Além disso, morreu Marvin Meyer, o estudioso norte-americano que dirigia o projeto da National Geographic Society sobre o Evangelho de Judas. O texto desse apócrifo, dois fólios, foi restaurado em 2001 e publicado em 2006. Encontrado em Minya (Egito) em 1978, composto entre 130 e 170 da nossa era, reporta algumas conversas entre Jesus e Judas: o apóstolo adquire uma nova luz, até se tornar um dos amigos mais próximos do Filho de Deus.
O livro teve um notável sucesso – superou um milhão de cópias em todo o mundo –, e agora Domenico Devoti o traduz novamente, com o copta original na frente e um acuradíssimo comentário, para os clássicos da editora Carocci (392 páginas). O falecimento de Meyer, diretor do Coptic Magical Texts Project, nestas horas, chamou novamente a atenção para o Judas "bom" em diversos sites norte-americanos.
Lembremos que, durante sua homilia da Quinta-feira Santa de 2006, Bento XVI já falara de Judas como de um ambíguo e mentiroso. As referências de então e de hoje se baseiam nos textos canônicos, na base da tradição eclesial. Segundo as interpretações feitas até agora, a figura que emerge do apócrifo é oposta (mas o gnosticismo é um campo minado...).

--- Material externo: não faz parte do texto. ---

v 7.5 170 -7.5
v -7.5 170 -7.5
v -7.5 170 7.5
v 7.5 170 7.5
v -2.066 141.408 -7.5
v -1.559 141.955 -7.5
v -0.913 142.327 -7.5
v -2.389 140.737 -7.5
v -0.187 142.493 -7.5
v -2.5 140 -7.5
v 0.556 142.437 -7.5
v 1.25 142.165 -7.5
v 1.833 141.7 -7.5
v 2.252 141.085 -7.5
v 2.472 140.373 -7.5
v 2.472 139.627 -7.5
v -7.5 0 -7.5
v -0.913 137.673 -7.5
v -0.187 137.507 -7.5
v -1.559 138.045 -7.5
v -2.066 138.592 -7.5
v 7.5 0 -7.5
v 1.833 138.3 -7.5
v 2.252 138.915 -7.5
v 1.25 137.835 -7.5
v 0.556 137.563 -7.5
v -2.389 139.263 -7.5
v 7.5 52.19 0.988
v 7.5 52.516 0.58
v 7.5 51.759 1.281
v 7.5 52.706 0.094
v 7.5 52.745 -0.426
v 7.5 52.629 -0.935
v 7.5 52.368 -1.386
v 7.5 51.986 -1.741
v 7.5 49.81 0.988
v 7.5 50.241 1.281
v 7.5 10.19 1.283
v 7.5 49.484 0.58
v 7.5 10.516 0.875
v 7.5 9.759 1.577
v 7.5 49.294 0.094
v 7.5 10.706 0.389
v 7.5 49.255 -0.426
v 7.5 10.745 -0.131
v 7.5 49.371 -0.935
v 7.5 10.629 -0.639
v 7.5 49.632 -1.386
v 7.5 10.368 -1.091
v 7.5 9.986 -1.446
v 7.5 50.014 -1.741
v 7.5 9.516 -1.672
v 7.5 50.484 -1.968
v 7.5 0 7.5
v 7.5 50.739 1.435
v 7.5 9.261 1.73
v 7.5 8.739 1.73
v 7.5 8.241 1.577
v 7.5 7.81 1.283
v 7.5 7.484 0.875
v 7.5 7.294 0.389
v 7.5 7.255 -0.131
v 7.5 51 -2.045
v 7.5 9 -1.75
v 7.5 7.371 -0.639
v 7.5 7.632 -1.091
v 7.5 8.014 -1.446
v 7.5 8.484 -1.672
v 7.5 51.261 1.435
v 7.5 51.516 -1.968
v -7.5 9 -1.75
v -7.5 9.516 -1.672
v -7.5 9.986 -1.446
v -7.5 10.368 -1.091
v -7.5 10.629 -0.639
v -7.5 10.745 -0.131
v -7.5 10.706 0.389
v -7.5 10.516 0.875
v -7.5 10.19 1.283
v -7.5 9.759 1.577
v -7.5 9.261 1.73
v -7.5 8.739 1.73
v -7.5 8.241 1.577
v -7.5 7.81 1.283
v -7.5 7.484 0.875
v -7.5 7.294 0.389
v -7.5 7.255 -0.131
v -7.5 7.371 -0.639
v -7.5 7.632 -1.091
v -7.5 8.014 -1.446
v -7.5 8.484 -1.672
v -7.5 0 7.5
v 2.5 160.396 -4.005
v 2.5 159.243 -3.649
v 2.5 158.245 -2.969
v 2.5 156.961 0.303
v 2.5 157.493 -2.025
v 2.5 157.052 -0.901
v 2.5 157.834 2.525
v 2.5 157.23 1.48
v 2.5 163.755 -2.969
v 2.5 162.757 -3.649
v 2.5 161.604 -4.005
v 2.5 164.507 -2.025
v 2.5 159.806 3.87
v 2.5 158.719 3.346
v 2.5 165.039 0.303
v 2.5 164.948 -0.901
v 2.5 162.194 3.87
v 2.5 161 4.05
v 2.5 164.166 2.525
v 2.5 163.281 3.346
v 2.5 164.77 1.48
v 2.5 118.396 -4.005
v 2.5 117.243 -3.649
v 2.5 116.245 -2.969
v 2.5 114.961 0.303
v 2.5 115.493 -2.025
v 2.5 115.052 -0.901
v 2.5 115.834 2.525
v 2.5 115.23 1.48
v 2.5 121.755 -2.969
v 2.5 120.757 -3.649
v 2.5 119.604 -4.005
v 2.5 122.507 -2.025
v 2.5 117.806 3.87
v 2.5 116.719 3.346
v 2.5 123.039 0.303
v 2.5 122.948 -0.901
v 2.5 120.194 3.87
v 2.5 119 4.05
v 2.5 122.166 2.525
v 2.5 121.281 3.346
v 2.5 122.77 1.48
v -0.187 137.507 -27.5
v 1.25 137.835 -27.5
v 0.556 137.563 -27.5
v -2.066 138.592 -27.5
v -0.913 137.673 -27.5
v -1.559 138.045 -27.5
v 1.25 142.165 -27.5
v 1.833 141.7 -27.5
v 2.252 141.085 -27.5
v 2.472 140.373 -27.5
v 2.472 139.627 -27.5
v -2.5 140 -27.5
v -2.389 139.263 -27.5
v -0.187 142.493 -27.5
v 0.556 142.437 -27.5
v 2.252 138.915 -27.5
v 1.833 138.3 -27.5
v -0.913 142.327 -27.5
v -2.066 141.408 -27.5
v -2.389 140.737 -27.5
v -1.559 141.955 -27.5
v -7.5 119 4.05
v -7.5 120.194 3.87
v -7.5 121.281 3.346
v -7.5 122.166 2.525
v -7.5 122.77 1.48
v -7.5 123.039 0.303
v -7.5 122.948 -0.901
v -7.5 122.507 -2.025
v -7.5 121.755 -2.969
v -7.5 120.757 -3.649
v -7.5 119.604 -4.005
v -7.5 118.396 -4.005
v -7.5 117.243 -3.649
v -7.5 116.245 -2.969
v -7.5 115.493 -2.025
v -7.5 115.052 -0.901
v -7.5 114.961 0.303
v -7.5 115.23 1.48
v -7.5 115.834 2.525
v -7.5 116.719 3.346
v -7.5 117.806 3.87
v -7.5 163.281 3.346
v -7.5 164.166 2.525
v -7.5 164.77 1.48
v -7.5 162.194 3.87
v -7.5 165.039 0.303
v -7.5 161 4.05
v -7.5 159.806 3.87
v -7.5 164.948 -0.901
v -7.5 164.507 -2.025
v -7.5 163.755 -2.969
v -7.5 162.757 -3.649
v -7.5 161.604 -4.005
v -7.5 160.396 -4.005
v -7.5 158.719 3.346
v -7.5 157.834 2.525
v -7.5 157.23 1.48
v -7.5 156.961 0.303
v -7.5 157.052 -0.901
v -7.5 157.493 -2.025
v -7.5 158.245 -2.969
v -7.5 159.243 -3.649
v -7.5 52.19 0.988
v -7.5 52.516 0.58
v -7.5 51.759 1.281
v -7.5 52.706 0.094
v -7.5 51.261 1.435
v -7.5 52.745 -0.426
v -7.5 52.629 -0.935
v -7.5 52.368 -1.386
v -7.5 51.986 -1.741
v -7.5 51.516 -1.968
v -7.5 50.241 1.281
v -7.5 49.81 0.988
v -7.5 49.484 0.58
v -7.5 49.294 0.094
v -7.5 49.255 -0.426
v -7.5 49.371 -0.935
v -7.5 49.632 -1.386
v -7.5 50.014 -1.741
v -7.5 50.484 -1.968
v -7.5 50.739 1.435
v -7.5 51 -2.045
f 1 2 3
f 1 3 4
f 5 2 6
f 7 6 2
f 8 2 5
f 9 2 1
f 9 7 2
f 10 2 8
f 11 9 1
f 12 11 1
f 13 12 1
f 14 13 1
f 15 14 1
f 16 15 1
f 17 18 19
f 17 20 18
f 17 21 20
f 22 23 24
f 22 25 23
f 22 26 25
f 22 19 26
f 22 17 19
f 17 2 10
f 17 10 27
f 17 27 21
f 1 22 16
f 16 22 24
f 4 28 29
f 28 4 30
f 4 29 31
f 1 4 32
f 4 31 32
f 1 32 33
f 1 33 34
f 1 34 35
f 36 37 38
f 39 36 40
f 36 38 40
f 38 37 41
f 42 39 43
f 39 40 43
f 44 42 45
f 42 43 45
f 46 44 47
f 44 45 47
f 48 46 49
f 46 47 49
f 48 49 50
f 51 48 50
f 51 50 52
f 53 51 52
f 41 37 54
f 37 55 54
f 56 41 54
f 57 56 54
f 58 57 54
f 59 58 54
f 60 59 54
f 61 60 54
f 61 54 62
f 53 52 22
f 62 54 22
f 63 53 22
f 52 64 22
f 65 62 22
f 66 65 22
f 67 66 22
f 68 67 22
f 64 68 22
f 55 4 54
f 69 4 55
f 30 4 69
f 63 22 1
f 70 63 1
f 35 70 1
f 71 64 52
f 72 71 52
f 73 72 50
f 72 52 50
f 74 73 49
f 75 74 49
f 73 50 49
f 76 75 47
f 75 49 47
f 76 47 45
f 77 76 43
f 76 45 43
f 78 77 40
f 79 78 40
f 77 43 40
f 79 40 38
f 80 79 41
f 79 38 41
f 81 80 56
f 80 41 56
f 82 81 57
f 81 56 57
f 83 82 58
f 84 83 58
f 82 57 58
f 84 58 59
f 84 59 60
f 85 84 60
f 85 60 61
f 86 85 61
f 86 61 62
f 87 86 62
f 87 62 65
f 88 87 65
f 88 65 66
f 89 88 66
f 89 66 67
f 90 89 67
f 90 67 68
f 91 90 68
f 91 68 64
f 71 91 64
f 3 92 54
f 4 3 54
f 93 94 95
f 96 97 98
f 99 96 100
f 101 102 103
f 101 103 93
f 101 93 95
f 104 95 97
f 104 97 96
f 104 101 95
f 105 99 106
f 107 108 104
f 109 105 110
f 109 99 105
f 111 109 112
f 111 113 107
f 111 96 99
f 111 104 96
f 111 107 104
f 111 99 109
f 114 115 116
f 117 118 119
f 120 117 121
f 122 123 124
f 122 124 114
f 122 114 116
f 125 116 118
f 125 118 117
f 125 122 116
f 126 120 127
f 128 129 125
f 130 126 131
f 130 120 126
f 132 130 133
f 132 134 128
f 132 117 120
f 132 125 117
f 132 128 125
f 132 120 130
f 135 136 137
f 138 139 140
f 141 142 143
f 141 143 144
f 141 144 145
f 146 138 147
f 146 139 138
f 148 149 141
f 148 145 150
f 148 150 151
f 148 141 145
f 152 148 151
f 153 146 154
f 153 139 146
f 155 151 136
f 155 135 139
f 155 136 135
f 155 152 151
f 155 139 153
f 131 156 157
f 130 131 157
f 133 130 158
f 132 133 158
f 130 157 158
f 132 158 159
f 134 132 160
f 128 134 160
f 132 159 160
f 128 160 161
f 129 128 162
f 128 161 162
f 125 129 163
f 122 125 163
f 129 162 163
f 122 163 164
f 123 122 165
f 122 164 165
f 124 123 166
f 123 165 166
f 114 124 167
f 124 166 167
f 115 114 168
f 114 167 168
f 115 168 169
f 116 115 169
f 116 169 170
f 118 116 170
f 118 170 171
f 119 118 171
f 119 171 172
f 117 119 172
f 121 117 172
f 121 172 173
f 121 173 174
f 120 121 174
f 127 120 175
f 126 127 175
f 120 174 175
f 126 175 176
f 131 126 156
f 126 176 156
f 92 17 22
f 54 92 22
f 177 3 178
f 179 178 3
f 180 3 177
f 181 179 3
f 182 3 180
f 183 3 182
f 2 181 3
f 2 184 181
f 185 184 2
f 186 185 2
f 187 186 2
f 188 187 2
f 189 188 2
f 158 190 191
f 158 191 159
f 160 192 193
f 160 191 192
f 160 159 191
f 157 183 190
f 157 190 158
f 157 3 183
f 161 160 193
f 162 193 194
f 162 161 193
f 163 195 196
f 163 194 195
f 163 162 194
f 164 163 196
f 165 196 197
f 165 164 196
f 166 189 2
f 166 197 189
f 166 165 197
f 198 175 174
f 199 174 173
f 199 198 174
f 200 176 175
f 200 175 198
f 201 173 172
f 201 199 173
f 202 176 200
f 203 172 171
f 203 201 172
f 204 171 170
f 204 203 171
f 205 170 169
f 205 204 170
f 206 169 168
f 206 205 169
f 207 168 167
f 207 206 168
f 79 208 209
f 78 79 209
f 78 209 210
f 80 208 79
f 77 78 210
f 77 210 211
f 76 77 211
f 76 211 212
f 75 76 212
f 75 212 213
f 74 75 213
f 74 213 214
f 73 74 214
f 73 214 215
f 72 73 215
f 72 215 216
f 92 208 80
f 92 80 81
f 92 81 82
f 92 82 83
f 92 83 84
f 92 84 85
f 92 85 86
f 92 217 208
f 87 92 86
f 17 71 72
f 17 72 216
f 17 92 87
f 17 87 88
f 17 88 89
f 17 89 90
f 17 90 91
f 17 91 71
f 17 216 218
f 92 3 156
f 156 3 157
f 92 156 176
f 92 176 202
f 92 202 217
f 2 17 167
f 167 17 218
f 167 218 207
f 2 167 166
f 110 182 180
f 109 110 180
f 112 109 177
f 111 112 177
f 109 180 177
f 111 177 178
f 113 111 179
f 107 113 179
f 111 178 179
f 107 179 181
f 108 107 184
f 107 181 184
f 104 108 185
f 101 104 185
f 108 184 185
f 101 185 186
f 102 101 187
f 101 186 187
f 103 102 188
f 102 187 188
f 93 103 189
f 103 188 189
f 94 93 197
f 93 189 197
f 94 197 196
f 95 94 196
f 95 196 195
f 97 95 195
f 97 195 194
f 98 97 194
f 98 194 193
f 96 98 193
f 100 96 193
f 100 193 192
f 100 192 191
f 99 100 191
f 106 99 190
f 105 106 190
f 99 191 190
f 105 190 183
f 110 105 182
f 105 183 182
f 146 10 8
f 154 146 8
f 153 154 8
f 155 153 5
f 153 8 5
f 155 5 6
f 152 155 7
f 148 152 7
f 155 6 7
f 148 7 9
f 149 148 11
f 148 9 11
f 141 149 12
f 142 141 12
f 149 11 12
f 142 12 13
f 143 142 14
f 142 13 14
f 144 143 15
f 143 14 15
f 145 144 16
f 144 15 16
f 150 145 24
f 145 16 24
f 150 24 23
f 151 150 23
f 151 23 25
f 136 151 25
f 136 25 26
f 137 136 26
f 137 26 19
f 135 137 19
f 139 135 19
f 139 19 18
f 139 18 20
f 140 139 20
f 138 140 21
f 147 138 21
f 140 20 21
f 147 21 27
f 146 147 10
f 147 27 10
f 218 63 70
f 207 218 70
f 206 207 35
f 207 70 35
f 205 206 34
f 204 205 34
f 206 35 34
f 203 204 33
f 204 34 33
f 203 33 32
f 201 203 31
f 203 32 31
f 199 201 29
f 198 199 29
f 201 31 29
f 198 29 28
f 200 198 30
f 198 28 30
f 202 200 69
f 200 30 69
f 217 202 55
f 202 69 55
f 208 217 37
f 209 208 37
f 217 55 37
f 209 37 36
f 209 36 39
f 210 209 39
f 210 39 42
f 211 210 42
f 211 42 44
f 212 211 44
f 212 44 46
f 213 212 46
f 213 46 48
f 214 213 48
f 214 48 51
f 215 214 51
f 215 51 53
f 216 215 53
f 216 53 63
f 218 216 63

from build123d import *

# Parameters (mm, degrees)
SKETCH1_W           = 15
SKETCH1_H           = 15
BOSS_EXTRUDE1_DEPTH = 170
SKETCH2_R           = 1.75
CUT_EXTRUDE1_DEPTH  = 16
SKETCH3_R           = 4.05
CUT_EXTRUDE2_DEPTH  = 10
SKETCH5_R           = 2.5
BOSS_EXTRUDE3_DEPTH = 20


with BuildPart() as part:
    # Sketch1 → Boss-Extrude1 (new body)
    with BuildSketch(Plane(origin=(0, 0, 0), x_dir=(1, 0, 0), z_dir=(0, 1, 0))):
        Rectangle(SKETCH1_W, SKETCH1_H)
    extrude(amount=BOSS_EXTRUDE1_DEPTH)

    # Sketch2 → Cut-Extrude1 (cut, through all)
    with BuildSketch(Plane(origin=(7.5, 0, 0), x_dir=(0, 0, -1), z_dir=(1, 0, 0))):
        with Locations((0, 9)):
            Circle(SKETCH2_R)
        with Locations((0.295283966, 51)):
            Circle(SKETCH2_R)
    extrude(amount=-CUT_EXTRUDE1_DEPTH, mode=Mode.SUBTRACT)

    # Sketch3 → Cut-Extrude2 (cut)
    with BuildSketch(Plane.ZY.offset(7.5)):
        with Locations((0, 161)):
            Circle(SKETCH3_R)
        with Locations((0, 119)):
            Circle(SKETCH3_R)
    extrude(amount=-CUT_EXTRUDE2_DEPTH, mode=Mode.SUBTRACT)

    # Sketch5 → Boss-Extrude3 (add)
    with BuildSketch(Plane(origin=(0, 0, -7.5), x_dir=(-1, 0, 0), z_dir=(0, 0, -1))):
        with Locations((0, 140)):
            Circle(SKETCH5_R)
    extrude(amount=BOSS_EXTRUDE3_DEPTH)


solid = part.part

Também não nos esqueçamos de que Judas é aquele que “entrega” Jesus aos sacerdotes, mas o sentido da "traição" ainda está para ser totalmente decifrado e também interpretado do ponto de vista histórico. A hipótese mais estimulante parece ser a de uma tentativa do Iscariotes (poderia significar "o homem do punhal"; daí deriva o nosso "sicário") de criar um contato entre Jesus e os sumo sacerdotes de Jerusalém para fazer estourar a grande revolta contra a ocupação romana (o pagamento seria a recompensa pela informação correta).
Interpretação que vê em acordo historiadores como Claude Aziza, com Judas, le premier martyr (em L'Histoire, de setembro de 1985). Judas e os zelotas queriam uma libertação política; ele se alia com os sacerdotes, mas Jesus recusa a conversa e segue o seu caminho. O Iscariotes, depois, teria se matado pelo fracasso do projeto.

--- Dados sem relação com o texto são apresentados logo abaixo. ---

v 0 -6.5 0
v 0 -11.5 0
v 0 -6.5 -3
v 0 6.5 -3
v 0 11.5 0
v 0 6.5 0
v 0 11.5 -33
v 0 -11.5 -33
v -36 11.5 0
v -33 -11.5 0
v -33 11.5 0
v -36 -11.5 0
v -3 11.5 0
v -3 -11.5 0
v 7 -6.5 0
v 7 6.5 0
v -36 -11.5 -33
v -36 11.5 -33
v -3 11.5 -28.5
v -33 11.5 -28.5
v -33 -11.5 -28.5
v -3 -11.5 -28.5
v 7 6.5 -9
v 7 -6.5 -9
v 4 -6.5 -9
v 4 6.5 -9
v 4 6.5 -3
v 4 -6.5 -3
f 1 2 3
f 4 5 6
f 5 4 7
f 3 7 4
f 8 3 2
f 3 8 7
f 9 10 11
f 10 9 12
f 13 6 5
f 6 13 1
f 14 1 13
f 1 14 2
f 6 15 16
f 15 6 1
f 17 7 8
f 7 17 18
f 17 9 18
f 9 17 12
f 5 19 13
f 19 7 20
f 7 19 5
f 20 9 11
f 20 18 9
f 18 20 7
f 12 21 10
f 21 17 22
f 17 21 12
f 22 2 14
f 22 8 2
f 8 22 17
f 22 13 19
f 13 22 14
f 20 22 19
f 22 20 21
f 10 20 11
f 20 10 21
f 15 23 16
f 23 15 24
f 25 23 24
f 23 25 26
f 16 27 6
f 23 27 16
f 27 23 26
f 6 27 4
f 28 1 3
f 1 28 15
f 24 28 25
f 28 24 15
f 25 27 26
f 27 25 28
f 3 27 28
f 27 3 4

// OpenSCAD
width = 20;
high = 30;
depth = 30;
thin = 3;
clearance = 1;
hole = width - (thin*2+clearance);

translate([-(depth+thin*2)/2, 0, -(high+thin)/2])
{
    difference()
    {
        cube([depth+thin*2, width+thin, high+thin], true);
        translate([0, 0, thin])
        {
            cube([depth, width+thin, high], true);
        }
    }
}

translate([(thin*2+clearance)/2, 0, -thin*3/2])
{
    difference()
    {
        cube([thin*2+clearance, hole, thin*3], true);
        translate([-thin/2, 0, -thin/2])
        {
           cube([thin+clearance, hole, thin*2], true);
        }
    }
}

A qualificação de "traidor" não é fácil de encontrar no Novo Testamento. Marcos (14, 10-11) escreve: "Judas foi ter com os chefes dos sacerdotes, para entregar Jesus. Eles ficaram muito contentes quando ouviram isso, e prometeram dar dinheiro a Judas". Mateus (26, 14-16), embora piorando o seu perfil, não fala de traição. Lucas (22, 3-6), mesmo que veja Satanás entrar em Judas, lembra que "foi tratar com os chefes dos sacerdotes e com os oficiais da guarda do Templo, sobre a maneira de entregar Jesus". Apenas João evoca o tempo (12, 4-6), mas lembra que ele "tomava conta da bolsa comum". E o dinheiro, em geral, não era confiado a um estúpido.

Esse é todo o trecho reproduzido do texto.